And if you look at the progression between that through Turing you may see why it can be a 3 slot top end now, without any mystical not so good reasons.
0, [no show], 0, 1A, 1A, 1A, 1A, 1A, 1A, 2B, 2B, 2A, 2B, 2B, 2B, 2B, 2B, 2B, 2B, 2B, 2B, 2A, 3A? Yeah, sure seeing a progression, but no pattern.
But nVidia has changed the cooler from the radial design to the two axial design. They did a "radical" decision otherwise the Titan RTX would just be as load as a jet.
Did you check Quadro RTX 8000?
I'm having a very hard time believing that Nvidia totally fucked their power power draw advantage over AMD while doing a node shrink. 5700xt drew almost as much power as a 2080FE, and Turing was 12nm while 5700xt was 7nm.
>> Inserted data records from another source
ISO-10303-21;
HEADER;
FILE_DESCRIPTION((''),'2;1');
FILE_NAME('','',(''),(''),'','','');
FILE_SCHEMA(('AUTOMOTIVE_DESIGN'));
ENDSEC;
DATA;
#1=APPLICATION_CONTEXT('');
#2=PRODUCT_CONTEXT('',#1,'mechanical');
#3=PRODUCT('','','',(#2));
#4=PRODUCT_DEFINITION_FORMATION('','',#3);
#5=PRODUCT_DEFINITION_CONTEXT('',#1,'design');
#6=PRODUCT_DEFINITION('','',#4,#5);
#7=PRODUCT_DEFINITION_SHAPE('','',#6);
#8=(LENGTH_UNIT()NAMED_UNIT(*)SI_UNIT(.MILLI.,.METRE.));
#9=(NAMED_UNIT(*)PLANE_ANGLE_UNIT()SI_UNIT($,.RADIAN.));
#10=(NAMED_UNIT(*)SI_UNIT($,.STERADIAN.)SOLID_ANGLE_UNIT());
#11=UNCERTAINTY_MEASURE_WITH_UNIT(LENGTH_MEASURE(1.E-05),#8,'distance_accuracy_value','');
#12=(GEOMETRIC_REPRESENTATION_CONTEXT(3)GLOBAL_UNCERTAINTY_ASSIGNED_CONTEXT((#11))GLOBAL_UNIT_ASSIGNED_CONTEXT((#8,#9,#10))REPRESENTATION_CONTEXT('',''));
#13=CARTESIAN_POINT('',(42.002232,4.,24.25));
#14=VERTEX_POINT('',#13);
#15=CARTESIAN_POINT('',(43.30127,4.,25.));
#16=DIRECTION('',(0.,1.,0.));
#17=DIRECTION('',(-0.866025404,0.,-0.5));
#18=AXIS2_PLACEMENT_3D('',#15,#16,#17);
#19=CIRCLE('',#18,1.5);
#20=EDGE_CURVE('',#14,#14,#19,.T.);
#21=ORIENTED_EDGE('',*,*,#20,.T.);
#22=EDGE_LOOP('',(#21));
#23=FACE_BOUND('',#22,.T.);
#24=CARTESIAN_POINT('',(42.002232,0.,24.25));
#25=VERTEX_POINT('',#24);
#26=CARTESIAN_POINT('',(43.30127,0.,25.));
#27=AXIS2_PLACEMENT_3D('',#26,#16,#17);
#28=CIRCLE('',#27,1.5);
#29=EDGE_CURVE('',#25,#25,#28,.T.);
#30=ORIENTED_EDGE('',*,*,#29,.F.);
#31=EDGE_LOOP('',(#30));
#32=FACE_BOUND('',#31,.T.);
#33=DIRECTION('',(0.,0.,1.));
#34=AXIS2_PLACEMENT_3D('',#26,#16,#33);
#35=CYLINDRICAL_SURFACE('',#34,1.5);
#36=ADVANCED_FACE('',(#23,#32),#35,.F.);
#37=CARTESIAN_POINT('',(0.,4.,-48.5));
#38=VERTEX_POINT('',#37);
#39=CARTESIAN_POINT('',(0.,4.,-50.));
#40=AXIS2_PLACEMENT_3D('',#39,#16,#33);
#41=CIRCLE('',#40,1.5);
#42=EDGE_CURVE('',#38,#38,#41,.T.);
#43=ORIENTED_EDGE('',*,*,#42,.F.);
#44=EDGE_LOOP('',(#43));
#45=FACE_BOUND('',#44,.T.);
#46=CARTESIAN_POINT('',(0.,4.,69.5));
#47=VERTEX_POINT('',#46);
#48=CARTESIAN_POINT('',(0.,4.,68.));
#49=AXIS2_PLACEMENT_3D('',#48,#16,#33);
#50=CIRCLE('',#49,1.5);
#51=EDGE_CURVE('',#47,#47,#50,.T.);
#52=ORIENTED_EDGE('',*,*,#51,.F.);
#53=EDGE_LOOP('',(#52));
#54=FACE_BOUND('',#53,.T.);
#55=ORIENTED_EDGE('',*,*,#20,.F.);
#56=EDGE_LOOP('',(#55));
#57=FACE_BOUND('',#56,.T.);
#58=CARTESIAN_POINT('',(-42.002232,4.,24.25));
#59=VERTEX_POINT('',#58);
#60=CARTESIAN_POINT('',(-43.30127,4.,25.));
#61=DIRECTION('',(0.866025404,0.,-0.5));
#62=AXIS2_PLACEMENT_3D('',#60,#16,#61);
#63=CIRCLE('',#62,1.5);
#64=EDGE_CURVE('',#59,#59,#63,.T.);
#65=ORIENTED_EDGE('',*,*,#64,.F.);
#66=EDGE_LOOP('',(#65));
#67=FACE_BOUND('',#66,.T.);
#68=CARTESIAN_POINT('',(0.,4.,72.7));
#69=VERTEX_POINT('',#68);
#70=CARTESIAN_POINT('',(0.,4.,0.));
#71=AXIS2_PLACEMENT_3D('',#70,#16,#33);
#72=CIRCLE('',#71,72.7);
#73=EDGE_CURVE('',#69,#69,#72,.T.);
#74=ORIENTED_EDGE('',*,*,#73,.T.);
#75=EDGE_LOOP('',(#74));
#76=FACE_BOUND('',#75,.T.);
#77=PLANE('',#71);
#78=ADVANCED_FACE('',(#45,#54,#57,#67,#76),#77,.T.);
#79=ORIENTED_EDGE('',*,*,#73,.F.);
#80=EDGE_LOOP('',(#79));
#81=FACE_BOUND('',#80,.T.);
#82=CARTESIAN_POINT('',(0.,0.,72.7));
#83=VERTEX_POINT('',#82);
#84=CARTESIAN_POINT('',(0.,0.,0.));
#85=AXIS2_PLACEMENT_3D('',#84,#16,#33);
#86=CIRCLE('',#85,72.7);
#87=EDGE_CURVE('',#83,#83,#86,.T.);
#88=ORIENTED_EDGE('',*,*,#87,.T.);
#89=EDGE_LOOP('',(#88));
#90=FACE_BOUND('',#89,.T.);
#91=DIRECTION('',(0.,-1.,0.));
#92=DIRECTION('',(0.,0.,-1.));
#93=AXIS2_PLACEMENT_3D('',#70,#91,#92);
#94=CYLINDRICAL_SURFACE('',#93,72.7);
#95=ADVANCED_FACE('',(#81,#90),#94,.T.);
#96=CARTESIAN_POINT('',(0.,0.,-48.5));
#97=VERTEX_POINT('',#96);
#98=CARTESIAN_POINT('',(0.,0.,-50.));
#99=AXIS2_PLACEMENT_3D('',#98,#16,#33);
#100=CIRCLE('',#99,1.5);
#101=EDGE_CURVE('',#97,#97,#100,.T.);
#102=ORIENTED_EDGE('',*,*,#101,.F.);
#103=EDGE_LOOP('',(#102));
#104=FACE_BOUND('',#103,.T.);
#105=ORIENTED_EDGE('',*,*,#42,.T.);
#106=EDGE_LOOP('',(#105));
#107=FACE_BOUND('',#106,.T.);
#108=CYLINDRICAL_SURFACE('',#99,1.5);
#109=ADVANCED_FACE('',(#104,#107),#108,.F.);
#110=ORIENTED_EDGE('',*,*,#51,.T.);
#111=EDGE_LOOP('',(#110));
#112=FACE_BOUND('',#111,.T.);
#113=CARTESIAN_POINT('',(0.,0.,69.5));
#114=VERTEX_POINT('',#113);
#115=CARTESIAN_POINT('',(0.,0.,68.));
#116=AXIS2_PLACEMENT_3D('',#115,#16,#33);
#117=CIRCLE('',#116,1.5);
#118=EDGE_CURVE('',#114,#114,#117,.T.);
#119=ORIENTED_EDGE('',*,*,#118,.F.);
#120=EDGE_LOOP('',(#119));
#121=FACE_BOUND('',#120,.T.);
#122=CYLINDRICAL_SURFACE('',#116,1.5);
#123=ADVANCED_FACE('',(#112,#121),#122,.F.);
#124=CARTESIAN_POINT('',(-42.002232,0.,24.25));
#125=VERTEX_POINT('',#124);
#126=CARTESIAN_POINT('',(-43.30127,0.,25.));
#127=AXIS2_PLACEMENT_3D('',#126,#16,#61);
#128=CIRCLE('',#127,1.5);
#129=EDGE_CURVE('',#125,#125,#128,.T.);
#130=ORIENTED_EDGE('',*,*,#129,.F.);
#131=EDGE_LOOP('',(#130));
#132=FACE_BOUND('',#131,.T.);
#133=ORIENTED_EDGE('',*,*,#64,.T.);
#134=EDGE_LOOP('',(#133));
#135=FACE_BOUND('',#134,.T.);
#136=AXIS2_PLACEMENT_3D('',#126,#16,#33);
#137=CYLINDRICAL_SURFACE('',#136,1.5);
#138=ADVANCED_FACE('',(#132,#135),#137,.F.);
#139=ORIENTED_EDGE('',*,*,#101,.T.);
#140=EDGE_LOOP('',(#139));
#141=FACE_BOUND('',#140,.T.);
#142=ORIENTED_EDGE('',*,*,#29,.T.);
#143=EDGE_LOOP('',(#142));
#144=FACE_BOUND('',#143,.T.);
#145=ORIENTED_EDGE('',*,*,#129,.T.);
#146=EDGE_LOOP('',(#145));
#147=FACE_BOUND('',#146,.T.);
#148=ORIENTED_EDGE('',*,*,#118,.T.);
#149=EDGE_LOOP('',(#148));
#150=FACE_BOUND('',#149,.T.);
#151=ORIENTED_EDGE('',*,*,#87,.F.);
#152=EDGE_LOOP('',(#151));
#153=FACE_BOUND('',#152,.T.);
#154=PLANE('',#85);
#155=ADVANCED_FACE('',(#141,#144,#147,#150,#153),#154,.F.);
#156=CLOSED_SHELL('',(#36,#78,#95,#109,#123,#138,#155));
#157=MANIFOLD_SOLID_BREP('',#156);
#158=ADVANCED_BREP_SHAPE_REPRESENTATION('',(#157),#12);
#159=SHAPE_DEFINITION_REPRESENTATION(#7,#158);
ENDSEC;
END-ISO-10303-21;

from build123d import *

# Parameters (mm, degrees)
SKETCH1_R           = 72.7
BOSS_EXTRUDE1_DEPTH = 4
SKETCH2_R           = 1.5
CUT_EXTRUDE1_DEPTH  = 103.891107487
CIRPATTERN1_COUNT   = 3
SKETCH3_R           = 1.5
CUT_EXTRUDE2_DEPTH  = 103.891107487


with BuildPart() as part:
    # Sketch1 → Boss-Extrude1 (new body)
    with BuildSketch(Plane(origin=(0, 0, 0), x_dir=(1, 0, 0), z_dir=(0, 1, 0))):
        Circle(SKETCH1_R)
    extrude(amount=BOSS_EXTRUDE1_DEPTH)

    # Sketch2 → Cut-Extrude1 (cut, through all)
    with BuildSketch(Plane(origin=(0, 4, 0), x_dir=(1, 0, 0), z_dir=(0, 1, 0))):
        with Locations((0, 50)):
            Circle(SKETCH2_R)
    cut_extrude1 = extrude(amount=-CUT_EXTRUDE1_DEPTH, mode=Mode.SUBTRACT)

    # CirPattern1: Cut-Extrude1 ×3 about axis
    cirpattern1_axis = Axis((0, 33.6, 0), (0, -1, 0))
    for i in range(1, CIRPATTERN1_COUNT):
        add(cut_extrude1.rotate(cirpattern1_axis, i * 360 / CIRPATTERN1_COUNT), mode=Mode.SUBTRACT)

    # Sketch3 → Cut-Extrude2 (cut, through all)
    with BuildSketch(Plane(origin=(0, 4, 0), x_dir=(1, 0, 0), z_dir=(0, 1, 0))):
        with Locations((0, -68)):
            Circle(SKETCH3_R)
    extrude(amount=-CUT_EXTRUDE2_DEPTH, mode=Mode.SUBTRACT)


solid = part.part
I know people are saying Samsung 8nm isn't great, but it seems very weird to me that a 2080FE would be 210W max and suddenly the 3080 is some kind of thermal monstrosity even with a node shrink that should give some advantages.
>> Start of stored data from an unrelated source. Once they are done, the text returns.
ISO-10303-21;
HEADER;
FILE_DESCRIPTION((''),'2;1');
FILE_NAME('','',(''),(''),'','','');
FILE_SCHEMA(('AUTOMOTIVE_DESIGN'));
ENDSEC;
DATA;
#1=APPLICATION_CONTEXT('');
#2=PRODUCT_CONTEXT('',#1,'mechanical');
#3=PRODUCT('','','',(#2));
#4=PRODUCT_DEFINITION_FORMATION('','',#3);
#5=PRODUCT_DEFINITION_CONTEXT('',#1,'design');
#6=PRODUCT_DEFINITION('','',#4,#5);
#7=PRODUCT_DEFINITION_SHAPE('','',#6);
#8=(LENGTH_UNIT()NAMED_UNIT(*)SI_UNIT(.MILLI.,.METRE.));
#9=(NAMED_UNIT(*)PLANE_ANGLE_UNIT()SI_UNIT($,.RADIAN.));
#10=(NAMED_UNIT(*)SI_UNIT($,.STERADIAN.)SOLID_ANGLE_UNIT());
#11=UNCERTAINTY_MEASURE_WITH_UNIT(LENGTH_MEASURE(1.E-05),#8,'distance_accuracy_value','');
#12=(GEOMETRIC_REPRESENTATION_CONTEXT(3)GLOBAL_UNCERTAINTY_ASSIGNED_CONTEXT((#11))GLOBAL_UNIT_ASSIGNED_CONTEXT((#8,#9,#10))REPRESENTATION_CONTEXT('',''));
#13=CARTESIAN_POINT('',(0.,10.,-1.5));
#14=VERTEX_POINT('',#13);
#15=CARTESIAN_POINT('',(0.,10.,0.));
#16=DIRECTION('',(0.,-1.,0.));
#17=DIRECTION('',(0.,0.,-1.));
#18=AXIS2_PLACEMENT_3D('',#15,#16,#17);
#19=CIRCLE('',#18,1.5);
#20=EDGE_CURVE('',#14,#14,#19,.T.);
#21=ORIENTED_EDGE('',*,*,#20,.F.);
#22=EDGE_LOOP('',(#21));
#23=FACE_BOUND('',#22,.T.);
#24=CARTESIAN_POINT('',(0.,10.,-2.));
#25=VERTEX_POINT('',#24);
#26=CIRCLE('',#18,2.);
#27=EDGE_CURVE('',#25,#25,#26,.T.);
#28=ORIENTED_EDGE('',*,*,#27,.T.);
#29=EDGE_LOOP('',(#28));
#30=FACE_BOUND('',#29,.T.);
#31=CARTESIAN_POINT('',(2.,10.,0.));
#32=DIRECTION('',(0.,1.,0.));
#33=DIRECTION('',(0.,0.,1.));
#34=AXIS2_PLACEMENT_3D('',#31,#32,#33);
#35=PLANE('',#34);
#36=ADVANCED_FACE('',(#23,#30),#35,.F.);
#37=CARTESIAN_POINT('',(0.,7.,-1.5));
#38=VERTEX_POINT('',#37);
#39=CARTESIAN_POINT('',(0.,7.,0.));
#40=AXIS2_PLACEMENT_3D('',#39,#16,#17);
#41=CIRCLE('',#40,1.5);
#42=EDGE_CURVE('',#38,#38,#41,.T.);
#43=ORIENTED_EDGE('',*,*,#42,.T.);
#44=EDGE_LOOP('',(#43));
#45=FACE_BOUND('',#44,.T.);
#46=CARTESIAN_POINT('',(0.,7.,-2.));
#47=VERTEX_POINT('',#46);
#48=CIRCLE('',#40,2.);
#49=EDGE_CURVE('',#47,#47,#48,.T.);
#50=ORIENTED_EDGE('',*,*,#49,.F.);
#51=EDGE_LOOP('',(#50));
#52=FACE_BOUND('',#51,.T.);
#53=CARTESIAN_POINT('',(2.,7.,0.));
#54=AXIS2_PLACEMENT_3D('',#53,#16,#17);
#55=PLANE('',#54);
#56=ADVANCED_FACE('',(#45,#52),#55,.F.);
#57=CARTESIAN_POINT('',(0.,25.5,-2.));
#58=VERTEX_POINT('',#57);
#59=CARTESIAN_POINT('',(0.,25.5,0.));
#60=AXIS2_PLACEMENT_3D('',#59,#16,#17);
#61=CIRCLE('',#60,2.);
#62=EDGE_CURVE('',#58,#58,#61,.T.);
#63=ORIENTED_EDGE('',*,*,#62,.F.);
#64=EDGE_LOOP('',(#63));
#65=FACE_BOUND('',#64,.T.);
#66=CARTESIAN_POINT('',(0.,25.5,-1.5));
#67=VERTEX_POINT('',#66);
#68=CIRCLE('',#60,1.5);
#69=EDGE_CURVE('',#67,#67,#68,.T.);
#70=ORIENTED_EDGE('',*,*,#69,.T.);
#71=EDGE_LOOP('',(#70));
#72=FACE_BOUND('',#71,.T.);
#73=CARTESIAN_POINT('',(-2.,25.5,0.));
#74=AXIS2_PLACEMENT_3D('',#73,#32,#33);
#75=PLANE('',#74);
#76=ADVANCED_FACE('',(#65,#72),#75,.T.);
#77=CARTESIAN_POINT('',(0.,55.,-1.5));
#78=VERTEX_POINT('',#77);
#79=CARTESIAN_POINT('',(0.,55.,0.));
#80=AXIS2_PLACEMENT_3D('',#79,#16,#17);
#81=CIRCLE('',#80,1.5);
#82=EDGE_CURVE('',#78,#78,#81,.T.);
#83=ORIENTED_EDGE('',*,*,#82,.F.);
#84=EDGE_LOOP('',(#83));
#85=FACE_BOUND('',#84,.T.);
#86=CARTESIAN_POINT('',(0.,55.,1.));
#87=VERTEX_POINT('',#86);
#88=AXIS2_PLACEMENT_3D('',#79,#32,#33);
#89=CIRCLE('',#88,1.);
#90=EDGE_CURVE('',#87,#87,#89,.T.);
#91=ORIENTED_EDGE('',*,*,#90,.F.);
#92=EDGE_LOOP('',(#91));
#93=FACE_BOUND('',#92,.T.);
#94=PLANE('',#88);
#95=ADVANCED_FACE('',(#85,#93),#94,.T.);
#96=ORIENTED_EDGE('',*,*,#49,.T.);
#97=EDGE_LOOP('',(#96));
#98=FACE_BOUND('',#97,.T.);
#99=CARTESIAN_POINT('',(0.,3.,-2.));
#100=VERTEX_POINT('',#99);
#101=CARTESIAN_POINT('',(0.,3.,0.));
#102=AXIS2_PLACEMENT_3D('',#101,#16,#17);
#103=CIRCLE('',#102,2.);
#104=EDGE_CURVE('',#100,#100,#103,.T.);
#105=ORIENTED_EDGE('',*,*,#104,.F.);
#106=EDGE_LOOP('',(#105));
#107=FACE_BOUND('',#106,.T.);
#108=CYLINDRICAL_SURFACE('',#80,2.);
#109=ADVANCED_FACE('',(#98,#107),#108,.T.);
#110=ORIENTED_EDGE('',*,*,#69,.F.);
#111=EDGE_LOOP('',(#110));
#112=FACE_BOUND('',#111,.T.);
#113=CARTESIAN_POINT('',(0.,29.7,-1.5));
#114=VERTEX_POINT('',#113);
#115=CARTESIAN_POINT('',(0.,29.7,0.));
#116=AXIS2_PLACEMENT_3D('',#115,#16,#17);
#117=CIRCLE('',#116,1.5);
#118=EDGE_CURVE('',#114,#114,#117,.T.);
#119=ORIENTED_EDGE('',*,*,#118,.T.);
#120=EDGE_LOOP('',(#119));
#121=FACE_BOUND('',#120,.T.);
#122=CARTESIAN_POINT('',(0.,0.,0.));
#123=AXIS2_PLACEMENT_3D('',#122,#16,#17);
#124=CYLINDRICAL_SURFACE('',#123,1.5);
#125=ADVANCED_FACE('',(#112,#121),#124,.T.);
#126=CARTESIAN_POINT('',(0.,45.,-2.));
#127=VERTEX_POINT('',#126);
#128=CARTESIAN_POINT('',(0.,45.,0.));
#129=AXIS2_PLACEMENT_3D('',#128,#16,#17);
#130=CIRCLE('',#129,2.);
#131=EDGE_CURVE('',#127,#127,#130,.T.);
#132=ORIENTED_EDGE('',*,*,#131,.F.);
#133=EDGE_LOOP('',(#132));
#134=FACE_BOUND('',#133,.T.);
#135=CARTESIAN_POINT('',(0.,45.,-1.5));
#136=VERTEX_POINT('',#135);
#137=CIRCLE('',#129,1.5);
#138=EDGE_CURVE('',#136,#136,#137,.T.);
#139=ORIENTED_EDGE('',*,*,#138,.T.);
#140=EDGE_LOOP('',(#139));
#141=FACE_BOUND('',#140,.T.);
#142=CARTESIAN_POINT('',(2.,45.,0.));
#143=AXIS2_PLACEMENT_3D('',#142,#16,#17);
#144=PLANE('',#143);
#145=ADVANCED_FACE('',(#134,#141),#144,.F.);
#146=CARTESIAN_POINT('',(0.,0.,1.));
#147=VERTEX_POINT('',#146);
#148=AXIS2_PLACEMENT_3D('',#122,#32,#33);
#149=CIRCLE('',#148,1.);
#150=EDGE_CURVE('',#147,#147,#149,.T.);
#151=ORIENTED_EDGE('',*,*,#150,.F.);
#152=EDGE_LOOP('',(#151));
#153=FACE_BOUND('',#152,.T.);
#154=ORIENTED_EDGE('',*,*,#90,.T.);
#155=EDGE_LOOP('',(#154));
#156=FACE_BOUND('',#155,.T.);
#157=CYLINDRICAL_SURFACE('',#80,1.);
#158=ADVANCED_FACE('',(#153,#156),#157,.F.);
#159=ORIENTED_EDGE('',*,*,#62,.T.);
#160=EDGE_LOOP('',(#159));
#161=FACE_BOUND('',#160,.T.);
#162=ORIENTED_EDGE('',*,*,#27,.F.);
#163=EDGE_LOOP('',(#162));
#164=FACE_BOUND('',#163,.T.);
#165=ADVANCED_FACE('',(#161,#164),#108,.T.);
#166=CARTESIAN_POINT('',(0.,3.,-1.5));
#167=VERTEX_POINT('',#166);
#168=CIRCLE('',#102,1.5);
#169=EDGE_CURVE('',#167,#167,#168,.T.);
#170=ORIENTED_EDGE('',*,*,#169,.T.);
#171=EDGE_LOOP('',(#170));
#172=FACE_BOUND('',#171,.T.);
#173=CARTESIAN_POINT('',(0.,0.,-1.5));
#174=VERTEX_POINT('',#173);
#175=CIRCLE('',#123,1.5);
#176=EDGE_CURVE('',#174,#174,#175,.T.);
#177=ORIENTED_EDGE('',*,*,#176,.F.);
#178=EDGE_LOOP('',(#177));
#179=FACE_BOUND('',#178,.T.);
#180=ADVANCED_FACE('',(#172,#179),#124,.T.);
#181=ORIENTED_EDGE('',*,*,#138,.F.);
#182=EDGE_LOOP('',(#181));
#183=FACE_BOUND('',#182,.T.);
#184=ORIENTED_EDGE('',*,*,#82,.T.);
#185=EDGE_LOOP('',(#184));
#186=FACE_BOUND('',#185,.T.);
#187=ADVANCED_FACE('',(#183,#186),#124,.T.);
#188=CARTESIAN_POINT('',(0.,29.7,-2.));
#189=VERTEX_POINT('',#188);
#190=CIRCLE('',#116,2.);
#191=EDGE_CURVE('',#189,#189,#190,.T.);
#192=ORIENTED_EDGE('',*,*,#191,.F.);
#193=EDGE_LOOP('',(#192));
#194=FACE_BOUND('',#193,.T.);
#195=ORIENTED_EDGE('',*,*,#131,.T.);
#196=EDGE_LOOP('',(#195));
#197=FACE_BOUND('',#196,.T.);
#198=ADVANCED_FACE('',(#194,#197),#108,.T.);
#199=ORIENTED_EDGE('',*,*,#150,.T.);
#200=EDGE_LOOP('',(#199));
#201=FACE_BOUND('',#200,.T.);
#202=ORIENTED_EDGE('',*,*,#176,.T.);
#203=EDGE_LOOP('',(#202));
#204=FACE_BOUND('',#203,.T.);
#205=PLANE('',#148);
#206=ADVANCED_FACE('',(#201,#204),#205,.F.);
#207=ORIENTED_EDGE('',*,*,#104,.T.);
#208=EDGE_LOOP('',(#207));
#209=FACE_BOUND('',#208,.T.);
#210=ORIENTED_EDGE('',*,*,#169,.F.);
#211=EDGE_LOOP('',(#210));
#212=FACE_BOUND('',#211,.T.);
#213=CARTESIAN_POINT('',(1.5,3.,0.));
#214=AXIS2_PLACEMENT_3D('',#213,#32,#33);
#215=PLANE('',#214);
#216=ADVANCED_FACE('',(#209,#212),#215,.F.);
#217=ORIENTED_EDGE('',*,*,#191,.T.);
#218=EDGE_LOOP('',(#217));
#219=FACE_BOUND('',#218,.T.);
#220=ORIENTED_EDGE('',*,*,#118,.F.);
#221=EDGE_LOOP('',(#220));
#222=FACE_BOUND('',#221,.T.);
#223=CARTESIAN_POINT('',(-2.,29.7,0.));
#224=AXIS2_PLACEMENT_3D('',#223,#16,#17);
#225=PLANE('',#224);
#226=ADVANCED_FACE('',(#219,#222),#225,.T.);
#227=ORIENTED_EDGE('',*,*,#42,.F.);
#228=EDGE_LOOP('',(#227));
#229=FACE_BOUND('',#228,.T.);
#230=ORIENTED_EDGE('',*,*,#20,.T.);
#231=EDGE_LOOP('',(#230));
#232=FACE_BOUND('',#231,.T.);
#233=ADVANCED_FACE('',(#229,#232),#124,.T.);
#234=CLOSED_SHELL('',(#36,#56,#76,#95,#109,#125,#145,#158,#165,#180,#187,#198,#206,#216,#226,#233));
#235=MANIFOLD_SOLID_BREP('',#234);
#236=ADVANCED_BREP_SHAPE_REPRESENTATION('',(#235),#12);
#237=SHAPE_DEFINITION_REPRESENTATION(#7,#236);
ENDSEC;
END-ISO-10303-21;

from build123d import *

# Parameters (mm, degrees)
SKETCH_1_R      = 2
SKETCH_1_R_2    = 1
EXTRUDE_1_DEPTH = 55
SKETCH_2_W      = 0.5
SKETCH_2_H      = 3
SKETCH_2_H_2    = 10
SKETCH_4_W      = 0.5
SKETCH_4_H      = 4.2


with BuildPart() as part:
    # Эскиз1 → Бобышка-Вытянуть1 (new body)
    with BuildSketch(Plane(origin=(0, 0, 0), x_dir=(1, 0, 0), z_dir=(0, 1, 0))):
        Circle(SKETCH_1_R)
        Circle(SKETCH_1_R_2, mode=Mode.SUBTRACT)
    extrude(amount=EXTRUDE_1_DEPTH)

    # Эскиз2 → Вырез-Повернуть1 (revolve, cut)
    with BuildSketch(Plane.XY):
        with Locations((1.75, 1.5)):
            Rectangle(SKETCH_2_W, SKETCH_2_H)
        with Locations((1.75, 8.5)):
            Rectangle(SKETCH_2_W, SKETCH_2_H)
        with Locations((1.75, 50)):
            Rectangle(SKETCH_2_W, SKETCH_2_H_2)
    revolve(axis=Axis((0, 0, 0), (0, 1, 0)), mode=Mode.SUBTRACT)

    # Эскиз4 → Вырез-Повернуть2 (revolve, cut)
    with BuildSketch(Plane.XY):
        with Locations((-1.75, 27.6)):
            Rectangle(SKETCH_4_W, SKETCH_4_H)
    revolve(axis=Axis((0, 0, 0), (0, 1, 0)), mode=Mode.SUBTRACT)


solid = part.part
Possible explanation: They had to up the clocks considerably in the last minute, going way outside of the optimal curve. Because RDNA2.
It's Moore's Law is Dead nonsense by origin. Just think how much bandwidth inside the chip it would take to pass everything through tensors in addition to all the other traffic, and for what I've heard (don't really have clue but I think the guy who said it does) tensors aren't even really suited for compression/decompression
And this surely isn't just a fancy name for Ampere's sparsity feature?